-- INFORMATION GIVEN --

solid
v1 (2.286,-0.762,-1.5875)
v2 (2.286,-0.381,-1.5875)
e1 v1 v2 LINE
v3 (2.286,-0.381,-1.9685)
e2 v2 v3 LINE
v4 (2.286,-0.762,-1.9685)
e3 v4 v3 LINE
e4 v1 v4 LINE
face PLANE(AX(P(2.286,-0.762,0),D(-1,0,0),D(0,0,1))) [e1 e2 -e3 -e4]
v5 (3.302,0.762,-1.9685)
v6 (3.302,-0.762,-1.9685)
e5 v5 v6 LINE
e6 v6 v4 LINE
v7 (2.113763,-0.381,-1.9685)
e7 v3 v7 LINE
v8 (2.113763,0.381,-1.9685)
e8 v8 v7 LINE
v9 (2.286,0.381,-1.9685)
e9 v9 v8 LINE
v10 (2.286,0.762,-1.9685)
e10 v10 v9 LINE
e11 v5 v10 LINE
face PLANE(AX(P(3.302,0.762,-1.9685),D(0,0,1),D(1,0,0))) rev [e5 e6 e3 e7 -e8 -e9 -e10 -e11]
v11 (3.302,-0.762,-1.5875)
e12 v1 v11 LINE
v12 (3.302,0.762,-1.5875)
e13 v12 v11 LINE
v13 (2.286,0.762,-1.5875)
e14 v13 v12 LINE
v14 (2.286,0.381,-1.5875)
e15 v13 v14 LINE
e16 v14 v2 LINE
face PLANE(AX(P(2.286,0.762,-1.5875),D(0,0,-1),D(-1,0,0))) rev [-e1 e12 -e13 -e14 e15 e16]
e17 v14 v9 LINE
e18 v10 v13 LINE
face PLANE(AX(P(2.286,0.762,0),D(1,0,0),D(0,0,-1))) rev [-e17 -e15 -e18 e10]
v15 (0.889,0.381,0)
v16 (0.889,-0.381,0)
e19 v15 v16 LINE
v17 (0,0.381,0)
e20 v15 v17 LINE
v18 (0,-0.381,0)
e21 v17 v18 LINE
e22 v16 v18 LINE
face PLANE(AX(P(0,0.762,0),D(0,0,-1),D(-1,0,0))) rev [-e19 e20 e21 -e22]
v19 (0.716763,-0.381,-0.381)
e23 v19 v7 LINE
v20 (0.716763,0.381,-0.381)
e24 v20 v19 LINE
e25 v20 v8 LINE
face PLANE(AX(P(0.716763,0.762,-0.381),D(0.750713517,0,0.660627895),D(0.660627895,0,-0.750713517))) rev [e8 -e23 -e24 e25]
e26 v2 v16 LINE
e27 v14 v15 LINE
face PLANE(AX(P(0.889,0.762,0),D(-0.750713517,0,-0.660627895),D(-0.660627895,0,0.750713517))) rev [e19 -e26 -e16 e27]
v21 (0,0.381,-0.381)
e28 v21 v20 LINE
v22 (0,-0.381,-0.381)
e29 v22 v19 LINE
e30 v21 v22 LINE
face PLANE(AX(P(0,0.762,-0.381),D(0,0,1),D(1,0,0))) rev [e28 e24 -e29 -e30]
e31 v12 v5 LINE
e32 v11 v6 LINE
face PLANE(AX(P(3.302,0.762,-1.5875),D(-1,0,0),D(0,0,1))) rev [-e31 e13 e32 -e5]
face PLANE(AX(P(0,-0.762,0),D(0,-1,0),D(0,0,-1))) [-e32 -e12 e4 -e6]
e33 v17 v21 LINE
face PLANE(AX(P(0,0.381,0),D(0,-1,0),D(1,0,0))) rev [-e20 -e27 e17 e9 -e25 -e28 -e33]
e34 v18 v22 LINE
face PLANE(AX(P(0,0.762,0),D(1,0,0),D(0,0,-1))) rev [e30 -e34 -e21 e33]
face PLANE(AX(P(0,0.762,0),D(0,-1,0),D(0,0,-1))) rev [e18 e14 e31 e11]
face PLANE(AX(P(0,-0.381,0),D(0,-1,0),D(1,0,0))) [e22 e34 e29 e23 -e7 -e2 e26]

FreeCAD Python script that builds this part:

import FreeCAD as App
import Part
import Sketcher

V = App.Vector
Q = App.Units.Quantity


def add_polygon(sketch, points):
    """Adds a closed chain of lines whose ends are joined by coincident constraints."""
    first, n = sketch.GeometryCount, len(points)
    for a, b in zip(points, points[1:] + points[:1]):
        sketch.addGeometry(Part.LineSegment(App.Vector(*a, 0), App.Vector(*b, 0)), False)
    for i in range(n):
        sketch.addConstraint(Sketcher.Constraint("Coincident", first + i, 2, first + (i + 1) % n, 1))

doc = App.newDocument("Part")
params = doc.addObject("Spreadsheet::Sheet", "Params")
for row, (alias, value) in enumerate([
    ("sketch1_width", "0.04 in"),
    ("sketch1_width2", "0.035 in"),
    ("sketch1_height", "0.015 in"),
    ("pad1_length", "0.06 in"),
    ("sketch2_width", "0.09 in"),
    ("sketch2_height", "0.015 in"),
], start=1):
    params.set(f"A{row}", alias)
    params.set(f"B{row}", "=" + value)
    params.setAlias(f"B{row}", alias)

body = doc.addObject("PartDesign::Body", "Body")

# Sketch on XZ plane
sketch1 = body.newObject("Sketcher::SketchObject", "Sketch")
sketch1.AttachmentSupport = (doc.getObject("XZ_Plane"), [""])
sketch1.MapMode = "FlatFace"
add_polygon(sketch1, [(0, 0), (0.889, 0), (2.286, -1.5875), (3.302, -1.5875), (3.302, -1.9685), (2.113763, -1.9685), (0.716763, -0.381), (0, -0.381)])  # lines 0-7
sketch1.addConstraint(Sketcher.Constraint("Horizontal", 0))
sketch1.addConstraint(Sketcher.Constraint("Horizontal", 2))
sketch1.addConstraint(Sketcher.Constraint("Vertical", 3))
sketch1.addConstraint(Sketcher.Constraint("Horizontal", 4))
sketch1.addConstraint(Sketcher.Constraint("Horizontal", 6))
sketch1.addConstraint(Sketcher.Constraint("Vertical", 7))
sketch1.addConstraint(Sketcher.Constraint("Coincident", 7, 2, -1, 1))
sketch1.addConstraint(Sketcher.Constraint("Parallel", 1, 5))
sketch1.addConstraint(Sketcher.Constraint("Equal", 3, 7))
sketch1.addConstraint(Sketcher.Constraint("DistanceX", 2, 1, 2, 2, Q("0.04 in")))
sketch1.addConstraint(Sketcher.Constraint("DistanceX", 0, 1, 0, 2, Q("0.035 in")))
sketch1.addConstraint(Sketcher.Constraint("DistanceY", 3, 2, 3, 1, Q("0.015 in")))
sketch1.addConstraint(Sketcher.Constraint("DistanceX", -1, 1, 1, 2, Q("0.09 in")))
sketch1.addConstraint(Sketcher.Constraint("DistanceY", 1, 2, -1, 1, Q("0.0625 in")))
sketch1.addConstraint(Sketcher.Constraint("DistanceX", 4, 2, 4, 1, Q("1.188237 mm")))
sketch1.setExpression("Constraints[17]", "Params.sketch1_width")
sketch1.setExpression("Constraints[18]", "Params.sketch1_width2")
sketch1.setExpression("Constraints[19]", "Params.sketch1_height")
pad1 = body.newObject("PartDesign::Pad", "Pad")
pad1.Profile = sketch1
pad1.setExpression("Length", "Params.pad1_length")
pad1.Midplane = True

# Sketch on XY plane
sketch2 = body.newObject("Sketcher::SketchObject", "Sketch001")
sketch2.AttachmentSupport = (doc.getObject("XY_Plane"), [""])
sketch2.MapMode = "FlatFace"
sketch2.AttachmentOffset = App.Placement(V(0, 0, -0.0775 * 25.4), App.Rotation())
add_polygon(sketch2, [(2.286, 0.762), (2.286, 0.381), (0, 0.381), (0, 0.762)])  # lines 0-3
sketch2.addConstraint(Sketcher.Constraint("Vertical", 0))
sketch2.addConstraint(Sketcher.Constraint("Horizontal", 1))
sketch2.addConstraint(Sketcher.Constraint("Vertical", 2))
sketch2.addConstraint(Sketcher.Constraint("Horizontal", 3))
sketch2.addConstraint(Sketcher.Constraint("PointOnObject", 1, 2, -2))
sketch2.addConstraint(Sketcher.Constraint("DistanceX", 1, 2, 1, 1, Q("0.09 in")))
sketch2.addConstraint(Sketcher.Constraint("DistanceY", 0, 2, 0, 1, Q("0.015 in")))
sketch2.addConstraint(Sketcher.Constraint("DistanceY", -1, 1, 2, 2, Q("0.03 in")))
sketch2.setExpression("Constraints[9]", "Params.sketch2_width")
sketch2.setExpression("Constraints[10]", "Params.sketch2_height")
pocket1 = body.newObject("PartDesign::Pocket", "Pocket")
pocket1.Profile = sketch2
pocket1.Type = "ThroughAll"
pocket1.Reversed = True
doc.recompute()

mirrored = body.newObject("PartDesign::Mirrored", "Mirrored")
mirrored.Originals = [pocket1]
mirrored.MirrorPlane = (doc.getObject("XZ_Plane"), [""])
body.Tip = mirrored

doc.recompute()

-- INSTRUCTIONS TO FOLLOW --
Could you return exactly the stretch of the data above that starts at the line with "e34 v18 v22 LINE" and ends at the line with "FreeCAD Python script", both lines included?

-- EXERCISE OUTPUT --
e34 v18 v22 LINE
face PLANE(AX(P(0,0.762,0),D(1,0,0),D(0,0,-1))) rev [e30 -e34 -e21 e33]
face PLANE(AX(P(0,0.762,0),D(0,-1,0),D(0,0,-1))) rev [e18 e14 e31 e11]
face PLANE(AX(P(0,-0.381,0),D(0,-1,0),D(1,0,0))) [e22 e34 e29 e23 -e7 -e2 e26]

FreeCAD Python script that builds this part:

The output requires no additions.